Adams County District Court Case No. 06CR89 (Judge Scott Crabtree)

In re:

Plaintiff:

THE PEOPLE OF THE STATE OF COLORADO

v.

Defendant:

ANTHONY PRYOR-RILEY

Petitioner Anthony Pryor-Riley seeks relief from two pre-trial orders issued by the Adams County district court in this criminal case. First, Mr. Pryor-Riley challenges the district court’s denial of a request by the deputy state public defender representing Mr. Pryor-Riley to appoint private, conflict-free counsel to address the validity of two prior felony convictions in cases previously handled by another deputy state public defender who is currently employed in the public defender’s appellate division. Second, he seeks relief from the denial of a request by the deputy state public defender to withdraw from Mr.
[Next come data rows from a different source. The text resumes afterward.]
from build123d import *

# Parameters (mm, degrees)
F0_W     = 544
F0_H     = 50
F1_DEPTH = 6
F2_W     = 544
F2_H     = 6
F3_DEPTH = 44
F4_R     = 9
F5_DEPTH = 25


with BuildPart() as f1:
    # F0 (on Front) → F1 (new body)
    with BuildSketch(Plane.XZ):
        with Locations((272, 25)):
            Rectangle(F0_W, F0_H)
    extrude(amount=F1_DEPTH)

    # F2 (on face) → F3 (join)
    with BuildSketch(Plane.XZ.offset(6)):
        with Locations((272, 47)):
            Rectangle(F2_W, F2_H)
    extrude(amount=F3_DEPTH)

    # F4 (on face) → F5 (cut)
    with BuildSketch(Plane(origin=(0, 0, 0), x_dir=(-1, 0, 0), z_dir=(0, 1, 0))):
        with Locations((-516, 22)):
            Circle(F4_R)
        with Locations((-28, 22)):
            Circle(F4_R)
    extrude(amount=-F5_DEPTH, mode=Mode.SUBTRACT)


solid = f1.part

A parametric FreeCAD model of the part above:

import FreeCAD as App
import Part
import Sketcher

doc = App.newDocument("Part")
params = doc.addObject("Spreadsheet::Sheet", "Params")
for row, (alias, value) in enumerate([
    ("sketch1_width", "544 mm"),
    ("sketch1_height", "50 mm"),
    ("pad1_length", "6 mm"),
    ("sketch2_width", "544 mm"),
    ("sketch2_height", "6 mm"),
    ("pad2_length", "44 mm"),
    ("sketch3_diameter", "18 mm"),
    ("pocket1_length", "25 mm"),
], start=1):
    params.set(f"A{row}", alias)
    params.set(f"B{row}", "=" + value)
    params.setAlias(f"B{row}", alias)

body = doc.addObject("PartDesign::Body", "Body")

sketch1 = doc.addObject("Sketcher::SketchObject", "Sketch")
body.addObject(sketch1)
sketch1.AttachmentSupport = (doc.XZ_Plane, [""])
sketch1.MapMode = "FlatFace"
sketch1.addGeometry(Part.LineSegment(App.Vector(0, 50, 0), App.Vector(0, 0, 0)), False)
sketch1.addGeometry(Part.LineSegment(App.Vector(0, 0, 0), App.Vector(544, 0, 0)), False)
sketch1.addGeometry(Part.LineSegment(App.Vector(544, 0, 0), App.Vector(544, 50, 0)), False)
sketch1.addGeometry(Part.LineSegment(App.Vector(544, 50, 0), App.Vector(0, 50, 0)), False)
sketch1.addConstraint(Sketcher.Constraint("Coincident", 0, 2, 1, 1))
sketch1.addConstraint(Sketcher.Constraint("Coincident", 1, 2, 2, 1))
sketch1.addConstraint(Sketcher.Constraint("Coincident", 2, 2, 3, 1))
sketch1.addConstraint(Sketcher.Constraint("Coincident", 3, 2, 0, 1))
sketch1.addConstraint(Sketcher.Constraint("Vertical", 0))
sketch1.addConstraint(Sketcher.Constraint("Horizontal", 1))
sketch1.addConstraint(Sketcher.Constraint("Vertical", 2))
sketch1.addConstraint(Sketcher.Constraint("Horizontal", 3))
sketch1.addConstraint(Sketcher.Constraint("Coincident", 0, 2, -1, 1))
sketch1.addConstraint(Sketcher.Constraint("DistanceX", 1, 1, 1, 2, 544.0))
sketch1.addConstraint(Sketcher.Constraint("DistanceY", 0, 2, 0, 1, 50.0))
sketch1.setExpression("Constraints[9]", "Params.sketch1_width")
sketch1.setExpression("Constraints[10]", "Params.sketch1_height")
pad1 = doc.addObject("PartDesign::Pad", "Pad")
body.addObject(pad1)
pad1.Profile = sketch1
pad1.setExpression("Length", "Params.pad1_length")

sketch2 = doc.addObject("Sketcher::SketchObject", "Sketch001")
body.addObject(sketch2)
sketch2.AttachmentSupport = (doc.XZ_Plane, [""])
sketch2.MapMode = "FlatFace"
sketch2.AttachmentOffset = App.Placement(App.Vector(0, 0, 6), App.Rotation())
sketch2.addGeometry(Part.LineSegment(App.Vector(0, 50, 0), App.Vector(0, 44, 0)), False)
sketch2.addGeometry(Part.LineSegment(App.Vector(0, 44, 0), App.Vector(544, 44, 0)), False)
sketch2.addGeometry(Part.LineSegment(App.Vector(544, 44, 0), App.Vector(544, 50, 0)), False)
sketch2.addGeometry(Part.LineSegment(App.Vector(544, 50, 0), App.Vector(0, 50, 0)), False)
sketch2.addConstraint(Sketcher.Constraint("Coincident", 0, 2, 1, 1))
sketch2.addConstraint(Sketcher.Constraint("Coincident", 1, 2, 2, 1))
sketch2.addConstraint(Sketcher.Constraint("Coincident", 2, 2, 3, 1))
sketch2.addConstraint(Sketcher.Constraint("Coincident", 3, 2, 0, 1))
sketch2.addConstraint(Sketcher.Constraint("Vertical", 0))
sketch2.addConstraint(Sketcher.Constraint("Horizontal", 1))
sketch2.addConstraint(Sketcher.Constraint("Vertical", 2))
sketch2.addConstraint(Sketcher.Constraint("Horizontal", 3))
sketch2.addConstraint(Sketcher.Constraint("PointOnObject", 0, 2, -2))
sketch2.addConstraint(Sketcher.Constraint("DistanceX", 1, 1, 1, 2, 544.0))
sketch2.addConstraint(Sketcher.Constraint("DistanceY", 0, 2, 0, 1, 6.0))
sketch2.addConstraint(Sketcher.Constraint("DistanceY", -1, 1, 0, 2, 44.0))
sketch2.setExpression("Constraints[9]", "Params.sketch2_width")
sketch2.setExpression("Constraints[10]", "Params.sketch2_height")
pad2 = doc.addObject("PartDesign::Pad", "Pad001")
body.addObject(pad2)
pad2.Profile = sketch2
pad2.setExpression("Length", "Params.pad2_length")

sketch3 = doc.addObject("Sketcher::SketchObject", "Sketch002")
body.addObject(sketch3)
sketch3.AttachmentSupport = (doc.XZ_Plane, [""])
sketch3.MapMode = "FlatFace"
sketch3.addGeometry(Part.Circle(App.Vector(516, 22, 0), App.Vector(0, 0, 1), 9), False)
sketch3.addGeometry(Part.Circle(App.Vector(28, 22, 0), App.Vector(0, 0, 1), 9), False)
sketch3.addConstraint(Sketcher.Constraint("Equal", 0, 1))
sketch3.addConstraint(Sketcher.Constraint("Horizontal", 0, 3, 1, 3))
sketch3.addConstraint(Sketcher.Constraint("Diameter", 0, 18.0))
sketch3.addConstraint(Sketcher.Constraint("DistanceX", -1, 1, 0, 3, 516.0))
sketch3.addConstraint(Sketcher.Constraint("DistanceY", -1, 1, 0, 3, 22.0))
sketch3.addConstraint(Sketcher.Constraint("DistanceX", -1, 1, 1, 3, 28.0))
sketch3.setExpression("Constraints[2]", "Params.sketch3_diameter")
pocket1 = doc.addObject("PartDesign::Pocket", "Pocket")
body.addObject(pocket1)
pocket1.Profile = sketch3
pocket1.setExpression("Length", "Params.pocket1_length")
pocket1.Reversed = True

doc.recompute()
Pryor-Riley’s case altogether, due to the conflict he contends was created by the trial court’s refusal to appoint conflict-free counsel to address the prior convictions.

On October 13, 2006, the court issued a rule to show cause why the relief requested should not be granted. Respondent the People of the State of Colorado are directed to provide a written answer on or before November 13, 2006. Petitioner has thirty days from receipt of the answer within which to reply.

October 23, 2006

Here are today's supreme court announcements. The court issued three opinions. It did not grant cert. in any cases. The case summaries appear below. The summaries of the court of appeals' decisions from last Thursday follow the supreme court summaries.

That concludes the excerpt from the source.